Work done on this problem

I have gone through the research papers provided to me by my mentors and compiled notes. I have discussed my observations with them. Some of these are already mentioned in the Proposal section. I have thought about the scope for optimization and read some papers for the same. Most of this has been included in the above proposal.

I have completed the coding challenge prescribed to me by my mentor Mikel Forcada (mlforcada). It is available at

In the coding challenge, I have used formatted RDF Graph inputs from ApertiumRDF-Github. The input consists of “<word><POS><language>” representing each lemma and each line representing a translation between two lemmas, which is an edge. The current algorithm is quite rudimentary, and just a proof of concept. However, it can be seen that it performs well on the example discussed above, wherein it does not translate doll-en to poupée-fr, unlike Apertium Crossdics. Moreover, the ability to infer using data from multiple languages is shown. The data contains files with up to 13 languages at once.

Currently, the finer details such as node-degree based correction of polysemy from the Marta Villegas paper mentioned above have not been implemented.
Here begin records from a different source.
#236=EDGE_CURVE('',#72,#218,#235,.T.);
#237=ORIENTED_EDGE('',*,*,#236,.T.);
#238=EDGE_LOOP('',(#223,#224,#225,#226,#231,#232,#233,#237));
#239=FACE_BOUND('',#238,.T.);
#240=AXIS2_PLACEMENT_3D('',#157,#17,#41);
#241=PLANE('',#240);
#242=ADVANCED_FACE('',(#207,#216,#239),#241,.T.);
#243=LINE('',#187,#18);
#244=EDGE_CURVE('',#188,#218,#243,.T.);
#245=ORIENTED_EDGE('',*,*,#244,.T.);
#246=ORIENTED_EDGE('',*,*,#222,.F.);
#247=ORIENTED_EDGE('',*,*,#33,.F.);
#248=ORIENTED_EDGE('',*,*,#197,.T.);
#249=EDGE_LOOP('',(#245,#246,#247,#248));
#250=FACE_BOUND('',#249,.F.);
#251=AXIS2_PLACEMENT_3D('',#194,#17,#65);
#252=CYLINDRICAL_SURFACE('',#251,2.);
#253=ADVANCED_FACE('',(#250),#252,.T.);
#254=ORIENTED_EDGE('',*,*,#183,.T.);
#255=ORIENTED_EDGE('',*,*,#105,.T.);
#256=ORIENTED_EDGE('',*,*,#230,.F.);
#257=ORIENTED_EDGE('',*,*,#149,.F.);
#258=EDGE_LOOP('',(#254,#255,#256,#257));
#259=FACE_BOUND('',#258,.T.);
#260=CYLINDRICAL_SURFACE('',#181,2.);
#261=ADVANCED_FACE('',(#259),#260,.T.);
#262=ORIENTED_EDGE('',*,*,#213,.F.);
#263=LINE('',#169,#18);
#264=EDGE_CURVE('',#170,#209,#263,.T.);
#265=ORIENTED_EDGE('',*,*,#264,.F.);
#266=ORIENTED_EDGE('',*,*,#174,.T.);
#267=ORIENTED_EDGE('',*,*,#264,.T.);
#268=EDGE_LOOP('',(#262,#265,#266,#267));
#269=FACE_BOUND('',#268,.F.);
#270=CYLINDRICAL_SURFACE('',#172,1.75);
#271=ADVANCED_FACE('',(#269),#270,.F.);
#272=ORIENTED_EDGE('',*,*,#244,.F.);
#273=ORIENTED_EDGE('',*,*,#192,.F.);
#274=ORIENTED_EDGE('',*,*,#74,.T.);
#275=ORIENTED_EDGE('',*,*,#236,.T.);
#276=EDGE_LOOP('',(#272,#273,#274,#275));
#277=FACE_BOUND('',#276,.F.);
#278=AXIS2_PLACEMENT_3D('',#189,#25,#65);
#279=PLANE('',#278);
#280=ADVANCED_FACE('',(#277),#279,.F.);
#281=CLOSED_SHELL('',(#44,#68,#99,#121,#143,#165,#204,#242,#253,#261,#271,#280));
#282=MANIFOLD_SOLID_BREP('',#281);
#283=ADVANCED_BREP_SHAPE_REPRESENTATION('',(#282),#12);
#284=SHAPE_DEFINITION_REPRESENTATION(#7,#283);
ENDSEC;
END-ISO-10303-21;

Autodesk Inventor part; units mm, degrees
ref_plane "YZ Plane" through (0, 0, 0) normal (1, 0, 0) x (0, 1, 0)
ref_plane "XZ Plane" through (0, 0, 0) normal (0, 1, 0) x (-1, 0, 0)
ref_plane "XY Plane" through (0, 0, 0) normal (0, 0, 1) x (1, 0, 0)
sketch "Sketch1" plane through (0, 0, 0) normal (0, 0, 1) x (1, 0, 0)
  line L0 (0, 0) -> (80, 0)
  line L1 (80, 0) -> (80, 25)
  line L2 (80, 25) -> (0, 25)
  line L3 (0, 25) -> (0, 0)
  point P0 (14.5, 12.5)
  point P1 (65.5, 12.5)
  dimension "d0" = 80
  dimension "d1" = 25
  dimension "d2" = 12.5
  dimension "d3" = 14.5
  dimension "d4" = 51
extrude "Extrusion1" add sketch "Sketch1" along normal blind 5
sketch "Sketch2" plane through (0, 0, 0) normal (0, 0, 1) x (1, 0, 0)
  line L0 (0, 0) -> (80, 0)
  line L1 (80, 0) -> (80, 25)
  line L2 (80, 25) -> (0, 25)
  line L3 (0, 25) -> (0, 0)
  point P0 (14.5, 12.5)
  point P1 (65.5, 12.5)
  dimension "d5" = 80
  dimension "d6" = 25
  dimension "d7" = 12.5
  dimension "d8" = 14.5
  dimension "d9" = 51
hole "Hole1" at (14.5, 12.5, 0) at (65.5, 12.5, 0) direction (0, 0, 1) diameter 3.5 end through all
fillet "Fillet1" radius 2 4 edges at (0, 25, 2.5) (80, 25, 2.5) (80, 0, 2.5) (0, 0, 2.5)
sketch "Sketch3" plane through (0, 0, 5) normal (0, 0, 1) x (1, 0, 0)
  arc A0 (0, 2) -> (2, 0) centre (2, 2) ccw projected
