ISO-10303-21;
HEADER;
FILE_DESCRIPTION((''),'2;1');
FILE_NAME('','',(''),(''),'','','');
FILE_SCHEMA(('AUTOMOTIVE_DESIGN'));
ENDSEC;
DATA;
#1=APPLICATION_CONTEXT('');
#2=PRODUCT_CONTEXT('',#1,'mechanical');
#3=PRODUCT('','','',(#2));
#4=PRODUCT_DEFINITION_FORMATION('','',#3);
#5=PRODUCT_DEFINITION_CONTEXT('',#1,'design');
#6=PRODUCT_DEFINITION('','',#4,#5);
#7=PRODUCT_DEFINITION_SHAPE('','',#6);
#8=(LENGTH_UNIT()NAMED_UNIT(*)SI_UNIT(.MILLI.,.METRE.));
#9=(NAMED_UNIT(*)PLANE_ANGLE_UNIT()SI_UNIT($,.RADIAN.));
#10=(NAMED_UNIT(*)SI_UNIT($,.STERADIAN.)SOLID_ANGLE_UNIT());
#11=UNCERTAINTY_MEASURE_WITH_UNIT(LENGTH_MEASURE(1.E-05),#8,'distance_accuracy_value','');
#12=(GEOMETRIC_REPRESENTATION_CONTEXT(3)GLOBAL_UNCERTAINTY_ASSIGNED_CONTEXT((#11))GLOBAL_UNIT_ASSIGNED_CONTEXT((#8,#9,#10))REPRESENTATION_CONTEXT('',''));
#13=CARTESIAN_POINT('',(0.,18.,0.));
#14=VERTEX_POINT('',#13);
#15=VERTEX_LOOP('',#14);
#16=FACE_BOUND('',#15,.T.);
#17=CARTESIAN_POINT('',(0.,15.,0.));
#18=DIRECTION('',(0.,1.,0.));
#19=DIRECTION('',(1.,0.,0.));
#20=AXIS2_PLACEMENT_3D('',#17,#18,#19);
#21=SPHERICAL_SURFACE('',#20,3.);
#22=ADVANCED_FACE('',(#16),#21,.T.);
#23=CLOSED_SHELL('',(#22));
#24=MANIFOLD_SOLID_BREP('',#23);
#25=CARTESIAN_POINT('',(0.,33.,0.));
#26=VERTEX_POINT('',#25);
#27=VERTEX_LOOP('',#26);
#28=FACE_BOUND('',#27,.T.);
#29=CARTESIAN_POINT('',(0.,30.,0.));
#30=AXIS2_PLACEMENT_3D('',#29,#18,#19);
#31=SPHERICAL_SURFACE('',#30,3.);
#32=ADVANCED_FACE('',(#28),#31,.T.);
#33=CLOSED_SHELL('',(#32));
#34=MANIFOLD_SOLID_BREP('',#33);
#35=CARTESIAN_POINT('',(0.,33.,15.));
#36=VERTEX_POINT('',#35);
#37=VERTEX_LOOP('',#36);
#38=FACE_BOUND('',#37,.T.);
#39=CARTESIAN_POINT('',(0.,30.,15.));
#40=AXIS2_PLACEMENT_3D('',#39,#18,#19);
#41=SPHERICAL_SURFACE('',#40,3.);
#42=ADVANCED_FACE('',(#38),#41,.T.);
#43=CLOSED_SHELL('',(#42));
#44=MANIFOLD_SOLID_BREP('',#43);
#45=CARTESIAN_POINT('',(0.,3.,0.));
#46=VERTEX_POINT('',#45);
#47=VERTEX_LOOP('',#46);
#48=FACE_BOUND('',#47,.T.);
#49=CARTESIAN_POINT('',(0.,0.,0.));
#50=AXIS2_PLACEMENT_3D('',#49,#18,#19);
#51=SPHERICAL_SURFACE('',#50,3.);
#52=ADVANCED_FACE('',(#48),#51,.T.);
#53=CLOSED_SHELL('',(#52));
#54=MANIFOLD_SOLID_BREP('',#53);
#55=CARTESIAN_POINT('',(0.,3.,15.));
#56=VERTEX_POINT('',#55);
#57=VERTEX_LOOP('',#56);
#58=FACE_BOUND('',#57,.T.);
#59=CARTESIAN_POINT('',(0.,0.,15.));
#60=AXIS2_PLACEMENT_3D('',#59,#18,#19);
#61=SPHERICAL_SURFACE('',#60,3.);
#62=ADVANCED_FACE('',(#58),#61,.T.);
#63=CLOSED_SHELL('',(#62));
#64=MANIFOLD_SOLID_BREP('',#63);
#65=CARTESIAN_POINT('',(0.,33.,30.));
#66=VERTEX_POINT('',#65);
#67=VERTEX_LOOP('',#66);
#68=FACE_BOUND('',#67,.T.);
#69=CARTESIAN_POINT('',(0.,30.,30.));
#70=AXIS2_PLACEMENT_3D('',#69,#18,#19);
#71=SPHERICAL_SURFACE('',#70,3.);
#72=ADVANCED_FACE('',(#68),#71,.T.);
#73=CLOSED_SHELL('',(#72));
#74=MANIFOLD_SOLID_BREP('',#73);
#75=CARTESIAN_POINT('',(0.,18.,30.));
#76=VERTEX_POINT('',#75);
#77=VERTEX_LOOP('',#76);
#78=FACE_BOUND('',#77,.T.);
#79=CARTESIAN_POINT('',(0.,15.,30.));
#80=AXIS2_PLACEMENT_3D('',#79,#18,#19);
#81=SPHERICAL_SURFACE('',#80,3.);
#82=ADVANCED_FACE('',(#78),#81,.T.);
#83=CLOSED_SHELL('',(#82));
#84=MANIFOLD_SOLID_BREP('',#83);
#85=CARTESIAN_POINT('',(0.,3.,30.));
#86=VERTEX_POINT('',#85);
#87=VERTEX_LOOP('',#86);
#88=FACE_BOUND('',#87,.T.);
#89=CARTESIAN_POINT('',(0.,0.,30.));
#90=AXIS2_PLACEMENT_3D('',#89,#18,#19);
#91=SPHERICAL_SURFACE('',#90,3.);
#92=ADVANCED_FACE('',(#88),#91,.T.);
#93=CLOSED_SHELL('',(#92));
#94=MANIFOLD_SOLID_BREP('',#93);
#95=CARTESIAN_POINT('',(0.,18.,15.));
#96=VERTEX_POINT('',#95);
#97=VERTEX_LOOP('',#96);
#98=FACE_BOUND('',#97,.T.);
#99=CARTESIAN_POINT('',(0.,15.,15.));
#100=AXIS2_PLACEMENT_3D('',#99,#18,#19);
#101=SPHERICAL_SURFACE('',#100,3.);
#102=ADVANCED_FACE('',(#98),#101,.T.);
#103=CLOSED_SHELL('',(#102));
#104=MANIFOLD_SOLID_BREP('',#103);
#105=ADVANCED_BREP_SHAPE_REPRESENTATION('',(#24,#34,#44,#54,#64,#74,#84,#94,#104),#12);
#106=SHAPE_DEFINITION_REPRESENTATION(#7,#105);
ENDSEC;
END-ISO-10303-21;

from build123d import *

# Parameters (mm, degrees)
PATTERN_LINEAR_3_COUNT   = 3
PATTERN_LINEAR_3_PITCH   = 15
PATTERN_LINEAR_3_2_COUNT = 3
PATTERN_LINEAR_3_2_PITCH = 15


with BuildPart() as part:
    # 草图2 → 旋转5 (revolve)
    with BuildSketch(Plane.XY):
        with BuildLine():
            Line((0, 3), (0, -3))
            ThreePointArc((0, -3), (-3, 0), (0, 3))
        make_face()
    revolve(axis=Axis((0, 3, 0), (0, -1, 0)))


with BuildPart() as pattern_linear_3_1:
    # 阵列(线性)3: pattern copy
    add(part.part.moved(Location(Vector(0, 0, 1) * (1 * PATTERN_LINEAR_3_PITCH))))


with BuildPart() as pattern_linear_3_2:
    # 阵列(线性)3: pattern copy
    add(part.part.moved(Location(Vector(0, 0, 1) * (2 * PATTERN_LINEAR_3_PITCH))))


with BuildPart() as pattern_linear_3_2_1:
    # Pattern Linear 3 2: pattern copy
    add(part.part.moved(Location(Vector(0, 1, 0) * (1 * PATTERN_LINEAR_3_2_PITCH))))


with BuildPart() as pattern_linear_3_2_2:
    # Pattern Linear 3 2: pattern copy
    add(part.part.moved(Location(Vector(0, 1, 0) * (2 * PATTERN_LINEAR_3_2_PITCH))))


with BuildPart() as pattern_linear_3_2_3:
    # Pattern Linear 3 2: pattern copy
    add(pattern_linear_3_1.part.moved(Location(Vector(0, 1, 0) * (1 * PATTERN_LINEAR_3_2_PITCH))))


with BuildPart() as pattern_linear_3_2_4:
    # Pattern Linear 3 2: pattern copy
    add(pattern_linear_3_1.part.moved(Location(Vector(0, 1, 0) * (2 * PATTERN_LINEAR_3_2_PITCH))))


with BuildPart() as pattern_linear_3_2_5:
    # Pattern Linear 3 2: pattern copy
    add(pattern_linear_3_2.part.moved(Location(Vector(0, 1, 0) * (1 * PATTERN_LINEAR_3_2_PITCH))))


with BuildPart() as pattern_linear_3_2_6:
    # Pattern Linear 3 2: pattern copy
    add(pattern_linear_3_2.part.moved(Location(Vector(0, 1, 0) * (2 * PATTERN_LINEAR_3_2_PITCH))))


solid = Compound([part.part, pattern_linear_3_1.part, pattern_linear_3_2.part, pattern_linear_3_2_1.part, pattern_linear_3_2_2.part, pattern_linear_3_2_3.part, pattern_linear_3_2_4.part, pattern_linear_3_2_5.part, pattern_linear_3_2_6.part])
However, some of the code optimizations that I have already done are:

  • Using a stack and backtracking to optimize finding cycles in the Depth First Search.
  • Including the accuracy optimization that no 2 nodes should be from the same language.
  • Using C++ Sets and Maps instead of adding another loop layer like the Python code published by the authors.

The output file displays results for each word. Newly inferred translations and the ‘context’ of the word are presented in the output, along with corresponding confidence scores. It can be seen in files that new translations to multiple languages for each word have been found, for which the language pair did not exist.

The coding challenge prototype performs poorly at files with high edge-node ratio (boy) or low amounts of data (veterinarian/veterinario). For boy.txt, the precision is too low. Due to the high density of the graph, the density threshold is too low. A generalized density threshold will have to be experimented upon during GSoC. Similarly, the threshold is too high for veterinarian.txt. Note that Crossdics would not have performed any better at such translations, even if it could be somehow extended to handle multiple language data at once. Such an extension would come at a natural loss of accuracy too.

Completely out of interest, I have also started reading about different techniques for the same problem like ‘CQC - Cycles and Quasi Cycles’ and some based on Markov Models. This might lead to some inspiration that can be incorporated in the project. In a much broader attempt, I am also reading about linear algebraic views of graphs such as cycle-space theory. I plan to cover prerequisites on these before the GSoC period so that if there is scope to utilize my learnings, I can do it from Day 1 itself!


If I am selected, it will be my only commitment for the summer. As mentioned in the work plan, my college has a summer break from May 1 - July 31, so I will complete most of my work in this period. I will devote 40+ hours a week during this time. In August, I will be devoting 20+ hours a week as my college classes would have begun. There might be slight changes to this due to COVID-19, but I will cover up any time lost at the earliest.


Jorge Gracia, Marta Villegas, Asunción Gómez-Pérez and Núria Bel. The Apertium Bilingual Dictionaries on the Web of Data. Semantic Web-Journal, 2016.

Marta Villegas, Maite Melero, Nuria Bel, and Jorge Gracia. Leveraging RDF Graphs for Crossing Multiple Bilingual Dictionaries. In Nicoletta Calzolari (Conference Chair), Khalid Choukri, Thierry Declerck, Marko Grobelnik, Bente Maegaard, Joseph Mariani, Asuncion Moreno, Jan Odijk, and Stelios Piperidis, editors, Proceedings of the Tenth International Conference on Language Resources and Evaluation (LREC 2016), Paris, France, 2016. European Language Resources Association (ELRA).

T. Flati and R. Navigli. "The CQC algorithm: Cycling in graphs to semantically enrich and enhance a bilingual dictionary." Proceedings of the Twenty-Third international joint conference on Artificial Intelligence. AAAI Press, 2013.